Tab. 2: Performance of MASP, planning-based baselines and RL-based baselines with N = 5, 20, 50 drones in MPE. The backslash in Steps denotes the agents can not reach the target 100% Success Rate in any episode.
OmniDrones: We report the training performance in Fig. 6 and the evaluation results in Tab. 3. MASP is superior to all competitors, achieving a 100% Success Rate at N=5 and 96% at N=20 in this complex 3-D environment. As for the Collision Rate, MASP outperforms other baselines due to high agent cooperation. In contrast to RL baselines, most planning-based baselines achieve over 90% Success Rate, primarily owing to the goal assignment algorithm without duplication. Thus, we focus more on Steps for comparison.
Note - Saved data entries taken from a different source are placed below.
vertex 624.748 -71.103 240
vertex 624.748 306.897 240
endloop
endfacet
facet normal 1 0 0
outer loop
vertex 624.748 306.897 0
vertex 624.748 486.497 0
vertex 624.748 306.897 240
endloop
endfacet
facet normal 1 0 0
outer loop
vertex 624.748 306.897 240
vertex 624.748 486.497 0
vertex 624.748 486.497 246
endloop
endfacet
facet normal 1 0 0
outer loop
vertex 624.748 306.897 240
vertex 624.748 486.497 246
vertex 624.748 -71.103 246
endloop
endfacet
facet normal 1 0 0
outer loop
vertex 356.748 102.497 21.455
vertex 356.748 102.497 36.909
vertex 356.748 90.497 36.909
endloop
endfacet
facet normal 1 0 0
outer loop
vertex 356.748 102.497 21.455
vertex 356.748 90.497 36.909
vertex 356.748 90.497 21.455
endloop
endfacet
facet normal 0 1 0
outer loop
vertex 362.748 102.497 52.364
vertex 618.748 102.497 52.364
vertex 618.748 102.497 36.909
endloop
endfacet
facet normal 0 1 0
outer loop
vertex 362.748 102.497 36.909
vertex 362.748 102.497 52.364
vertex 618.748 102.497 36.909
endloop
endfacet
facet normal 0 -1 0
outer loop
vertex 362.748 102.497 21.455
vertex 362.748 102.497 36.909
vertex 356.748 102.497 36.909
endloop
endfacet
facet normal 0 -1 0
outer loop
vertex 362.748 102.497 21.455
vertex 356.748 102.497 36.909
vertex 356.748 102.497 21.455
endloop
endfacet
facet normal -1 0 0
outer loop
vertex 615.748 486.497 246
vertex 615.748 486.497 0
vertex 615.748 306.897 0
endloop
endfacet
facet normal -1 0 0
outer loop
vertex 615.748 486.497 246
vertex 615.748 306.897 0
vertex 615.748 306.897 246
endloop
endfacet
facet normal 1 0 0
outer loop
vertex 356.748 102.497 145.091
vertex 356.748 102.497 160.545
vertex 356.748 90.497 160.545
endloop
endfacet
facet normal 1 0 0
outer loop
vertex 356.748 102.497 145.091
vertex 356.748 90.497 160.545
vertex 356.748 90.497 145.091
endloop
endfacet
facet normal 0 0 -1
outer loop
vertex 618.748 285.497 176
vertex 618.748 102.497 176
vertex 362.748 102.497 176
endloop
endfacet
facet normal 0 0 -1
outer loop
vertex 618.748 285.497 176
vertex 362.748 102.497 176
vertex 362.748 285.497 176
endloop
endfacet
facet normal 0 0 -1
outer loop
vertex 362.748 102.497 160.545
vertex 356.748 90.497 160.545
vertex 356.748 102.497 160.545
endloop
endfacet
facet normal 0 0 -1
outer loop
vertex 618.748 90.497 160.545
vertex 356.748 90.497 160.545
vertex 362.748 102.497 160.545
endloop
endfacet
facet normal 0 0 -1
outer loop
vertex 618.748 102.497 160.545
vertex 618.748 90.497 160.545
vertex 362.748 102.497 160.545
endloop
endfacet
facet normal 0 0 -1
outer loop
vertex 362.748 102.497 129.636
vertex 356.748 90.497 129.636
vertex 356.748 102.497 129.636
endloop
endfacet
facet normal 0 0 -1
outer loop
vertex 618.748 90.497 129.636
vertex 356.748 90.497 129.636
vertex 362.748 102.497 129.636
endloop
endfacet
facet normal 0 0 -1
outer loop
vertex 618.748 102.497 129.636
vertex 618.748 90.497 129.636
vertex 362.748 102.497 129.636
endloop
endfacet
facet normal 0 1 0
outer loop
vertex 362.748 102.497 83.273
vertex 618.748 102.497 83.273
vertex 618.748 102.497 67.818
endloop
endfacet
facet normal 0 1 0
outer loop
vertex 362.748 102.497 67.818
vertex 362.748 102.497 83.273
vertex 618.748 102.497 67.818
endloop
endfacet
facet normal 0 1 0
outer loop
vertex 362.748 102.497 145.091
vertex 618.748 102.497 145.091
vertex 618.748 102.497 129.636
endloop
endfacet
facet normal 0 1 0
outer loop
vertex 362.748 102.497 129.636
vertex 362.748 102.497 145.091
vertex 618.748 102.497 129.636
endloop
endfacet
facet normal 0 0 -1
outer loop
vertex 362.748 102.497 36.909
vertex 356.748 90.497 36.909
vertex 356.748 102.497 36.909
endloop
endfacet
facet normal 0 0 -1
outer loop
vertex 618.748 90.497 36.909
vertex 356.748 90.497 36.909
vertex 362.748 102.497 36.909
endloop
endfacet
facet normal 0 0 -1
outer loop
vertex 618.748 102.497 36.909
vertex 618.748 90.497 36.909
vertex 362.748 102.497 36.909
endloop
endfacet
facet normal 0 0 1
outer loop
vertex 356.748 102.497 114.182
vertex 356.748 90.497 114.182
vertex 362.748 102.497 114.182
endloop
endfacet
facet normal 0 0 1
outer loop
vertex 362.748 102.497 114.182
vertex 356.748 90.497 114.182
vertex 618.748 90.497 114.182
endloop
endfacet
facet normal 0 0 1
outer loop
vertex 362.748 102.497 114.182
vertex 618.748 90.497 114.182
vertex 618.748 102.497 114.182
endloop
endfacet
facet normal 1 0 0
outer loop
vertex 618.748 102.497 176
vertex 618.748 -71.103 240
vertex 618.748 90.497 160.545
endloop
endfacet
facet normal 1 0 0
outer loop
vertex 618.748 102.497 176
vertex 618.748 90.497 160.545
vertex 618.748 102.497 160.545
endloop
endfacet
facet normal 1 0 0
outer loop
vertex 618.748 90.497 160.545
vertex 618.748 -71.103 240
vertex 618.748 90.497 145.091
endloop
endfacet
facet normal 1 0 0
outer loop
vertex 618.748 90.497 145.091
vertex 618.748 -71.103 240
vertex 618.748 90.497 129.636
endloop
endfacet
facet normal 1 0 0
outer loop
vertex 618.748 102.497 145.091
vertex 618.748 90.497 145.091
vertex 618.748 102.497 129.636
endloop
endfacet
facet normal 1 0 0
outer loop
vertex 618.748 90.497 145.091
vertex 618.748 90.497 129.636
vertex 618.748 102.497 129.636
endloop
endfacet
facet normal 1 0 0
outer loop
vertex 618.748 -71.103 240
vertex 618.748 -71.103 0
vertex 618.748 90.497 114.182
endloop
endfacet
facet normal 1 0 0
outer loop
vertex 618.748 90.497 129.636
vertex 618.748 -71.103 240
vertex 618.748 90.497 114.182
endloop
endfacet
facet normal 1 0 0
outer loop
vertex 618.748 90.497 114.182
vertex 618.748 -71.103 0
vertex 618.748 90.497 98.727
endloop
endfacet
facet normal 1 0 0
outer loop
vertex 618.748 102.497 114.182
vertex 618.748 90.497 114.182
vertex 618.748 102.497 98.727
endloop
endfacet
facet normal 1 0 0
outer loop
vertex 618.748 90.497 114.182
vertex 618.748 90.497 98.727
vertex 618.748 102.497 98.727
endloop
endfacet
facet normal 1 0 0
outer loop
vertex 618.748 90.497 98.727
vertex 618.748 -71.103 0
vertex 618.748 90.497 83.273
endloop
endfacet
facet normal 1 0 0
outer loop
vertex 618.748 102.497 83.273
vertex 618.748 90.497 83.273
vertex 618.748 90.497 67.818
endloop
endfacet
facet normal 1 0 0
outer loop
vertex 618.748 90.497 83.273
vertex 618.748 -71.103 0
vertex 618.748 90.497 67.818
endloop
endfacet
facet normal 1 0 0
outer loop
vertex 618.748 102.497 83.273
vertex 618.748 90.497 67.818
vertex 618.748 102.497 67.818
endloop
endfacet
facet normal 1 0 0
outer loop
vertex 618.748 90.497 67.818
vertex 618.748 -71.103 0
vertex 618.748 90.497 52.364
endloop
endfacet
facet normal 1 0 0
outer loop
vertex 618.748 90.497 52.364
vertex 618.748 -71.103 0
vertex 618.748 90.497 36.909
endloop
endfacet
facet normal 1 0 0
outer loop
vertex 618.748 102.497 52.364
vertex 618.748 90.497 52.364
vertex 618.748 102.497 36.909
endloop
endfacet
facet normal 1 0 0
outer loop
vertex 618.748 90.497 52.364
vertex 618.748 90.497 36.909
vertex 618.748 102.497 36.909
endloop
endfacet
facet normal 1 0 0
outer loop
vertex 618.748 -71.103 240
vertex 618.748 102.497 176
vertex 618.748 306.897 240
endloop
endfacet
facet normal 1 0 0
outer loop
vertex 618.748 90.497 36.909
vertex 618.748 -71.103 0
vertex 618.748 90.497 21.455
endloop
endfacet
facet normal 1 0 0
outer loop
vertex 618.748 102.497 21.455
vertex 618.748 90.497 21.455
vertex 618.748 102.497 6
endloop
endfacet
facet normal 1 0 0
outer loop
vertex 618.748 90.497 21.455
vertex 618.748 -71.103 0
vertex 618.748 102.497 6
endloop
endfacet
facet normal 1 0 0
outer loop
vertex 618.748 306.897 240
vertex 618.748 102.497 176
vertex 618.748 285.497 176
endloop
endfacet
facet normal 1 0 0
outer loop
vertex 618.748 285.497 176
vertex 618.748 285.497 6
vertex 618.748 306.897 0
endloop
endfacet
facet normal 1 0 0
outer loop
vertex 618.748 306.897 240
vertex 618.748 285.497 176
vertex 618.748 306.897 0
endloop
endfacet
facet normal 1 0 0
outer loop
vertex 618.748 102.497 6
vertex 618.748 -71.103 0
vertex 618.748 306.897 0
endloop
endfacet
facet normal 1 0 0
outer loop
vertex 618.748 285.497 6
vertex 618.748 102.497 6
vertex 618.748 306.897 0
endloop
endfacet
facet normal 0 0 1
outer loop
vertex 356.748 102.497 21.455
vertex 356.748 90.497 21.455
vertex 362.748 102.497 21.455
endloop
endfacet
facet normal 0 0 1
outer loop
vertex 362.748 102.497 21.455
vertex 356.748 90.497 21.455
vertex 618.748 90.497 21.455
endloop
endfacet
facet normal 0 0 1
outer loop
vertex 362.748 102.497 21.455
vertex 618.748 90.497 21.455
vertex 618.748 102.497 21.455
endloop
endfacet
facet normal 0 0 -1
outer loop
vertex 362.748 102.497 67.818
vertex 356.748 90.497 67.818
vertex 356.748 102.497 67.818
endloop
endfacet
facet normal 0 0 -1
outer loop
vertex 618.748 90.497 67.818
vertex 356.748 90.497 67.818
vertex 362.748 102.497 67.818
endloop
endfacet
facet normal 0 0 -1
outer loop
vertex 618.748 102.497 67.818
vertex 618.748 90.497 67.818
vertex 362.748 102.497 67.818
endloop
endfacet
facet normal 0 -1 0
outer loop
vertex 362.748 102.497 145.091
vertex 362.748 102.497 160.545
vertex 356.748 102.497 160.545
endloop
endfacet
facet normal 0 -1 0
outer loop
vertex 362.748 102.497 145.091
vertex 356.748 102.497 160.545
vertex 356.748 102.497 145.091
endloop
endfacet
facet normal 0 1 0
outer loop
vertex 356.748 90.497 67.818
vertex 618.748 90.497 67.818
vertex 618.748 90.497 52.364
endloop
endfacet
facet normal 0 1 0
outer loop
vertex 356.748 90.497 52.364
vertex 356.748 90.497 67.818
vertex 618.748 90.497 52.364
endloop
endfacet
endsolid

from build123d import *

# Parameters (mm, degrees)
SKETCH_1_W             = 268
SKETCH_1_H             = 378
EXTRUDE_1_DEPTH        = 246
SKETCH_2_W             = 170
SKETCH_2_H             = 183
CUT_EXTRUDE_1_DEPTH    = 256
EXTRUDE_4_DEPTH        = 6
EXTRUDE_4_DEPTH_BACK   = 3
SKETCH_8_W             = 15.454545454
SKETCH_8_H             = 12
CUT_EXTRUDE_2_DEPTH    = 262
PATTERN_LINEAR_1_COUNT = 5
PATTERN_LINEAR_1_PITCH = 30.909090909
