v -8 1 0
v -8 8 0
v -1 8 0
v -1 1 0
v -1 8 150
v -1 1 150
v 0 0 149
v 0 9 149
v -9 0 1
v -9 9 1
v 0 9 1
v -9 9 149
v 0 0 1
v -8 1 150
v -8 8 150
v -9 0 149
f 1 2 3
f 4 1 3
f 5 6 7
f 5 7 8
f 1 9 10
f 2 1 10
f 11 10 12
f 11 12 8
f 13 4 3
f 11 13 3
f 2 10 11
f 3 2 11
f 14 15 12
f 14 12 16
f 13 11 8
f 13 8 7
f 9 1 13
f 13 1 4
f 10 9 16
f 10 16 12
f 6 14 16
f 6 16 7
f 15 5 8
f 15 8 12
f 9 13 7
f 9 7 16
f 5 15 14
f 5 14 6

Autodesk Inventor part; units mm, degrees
ref_plane "YZ Plane" through (0, 0, 0) normal (1, 0, 0) x (0, 1, 0)
ref_plane "XZ Plane" through (0, 0, 0) normal (0, 1, 0) x (-1, 0, 0)
ref_plane "XY Plane" through (0, 0, 0) normal (0, 0, 1) x (1, 0, 0)
sketch "Sketch1" plane through (0, 0, 0) normal (0, 0, 1) x (1, 0, 0)
  line L0 (0, 0) -> (-9, 0)
  line L1 (-9, 0) -> (-9, 9)
  line L2 (-9, 9) -> (0, 9)
  line L3 (0, 9) -> (0, 0)
  dimension "d0" = 9
  dimension "d1" = 9
extrude "Extrusion1" add sketch "Sketch1" along normal blind 150
chamfer "Chamfer1" distance 1 angle 45 4 edges at (-4.5, 9, 150) (0, 4.5, 150) (-4.5, 0, 150) (-9, 4.5, 150)
chamfer "Chamfer2" distance 1 angle 45 4 edges at (-4.5, 9, 0) (0, 4.5, 0) (-4.5, 0, 0) (-9, 4.5, 0)
properties part number "Elbow_Both_Rod_V1"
The planning-based baselines requires at least 27.92% more Steps than MASP at N=20.
Fig. 6: Comparison between MASP and other baselines in Omnidrones with N = 5, 20.
Tab. 3: Performance of MASP, planning-based baselines and RL-based baselines with N = 5, 20 drones in OmniDrones. The backslash in Steps denotes the drones fail to reach 100% Success Rate in any episode.
Due to unstable communication or agent loss, we further consider scenarios where the team size decreases during an episode. With more goals than drones, some drones may need to first reach some goals and then adjust their plans to navigate towards the remaining goals. The Success Rate is defined as the ratio of the landmarks reached during the navigation to the total number of landmarks. We use "N1 ⇒ N2" to denote that an episode starts with N1 agents and switches to N2 after one-third of the total timesteps. The number of landmarks is N1. Since MASP is trained with a fixed team size, this setup presents a zero-shot generalization challenge. We use the MASP model trained with N=N1. For the Hungarian algorithm which centrally assign agents goals, we randomly select a subset of unreached goals matching the agent count at each global step. As RL baselines lack generalization in both network architecture and final performance, we compare MASP only with planning-based methods.
MPE: As shown in Tab. 4, compared to the setting with a fixed number of agents, the advantage of MASP becomes more apparent. MASP consumes around 47.87% fewer Steps than (H)RRT* and (H)Voronoi in the 50 ⇒ 20 scenario. This indicates that using the Hungarian algorithm for goal assignment is more challenging for varying team sizes.
Tab. 4: Performance of MASP and planning-based baselines with a varying team size in MPE.
OmniDrones: Tab. 5 presents evaluation results for zero-shot generalization in OmniDrones. The planning-based baselines fail to reach a 100% Success Rate in any episode. This challenge stems from the absence of certain agents, therefore the remaining drones need to dynamically adjust their plans to reach more than one goal. This is particularly difficult in such a complex 3-D environment. Conversely, MASP maintains an average Success Rate of 94% due to its flexible and adaptive strategy.
Tab. 5: Performance of MASP and planning-based baselines with a varying team size in OmniDrones. The backslash in Steps denotes the drones can not reach the target 100% Success Rate in any episode.
To evaluate the execution efficiency, we compute the per-step time of baselines and MASP in MPE with 50 drones, excluding environmental execution time. In Tab.6, MASP is at least 3x more efficient than planning-based competitors. Especially compared to the best planning-based competitor, (H)RRT*, MASP's computation time is 32x faster than it. While MASP has a comparable execution efficiency to RL-based methods, it outperforms them in task performance.
Tab. 6: Average performance on the per-step time.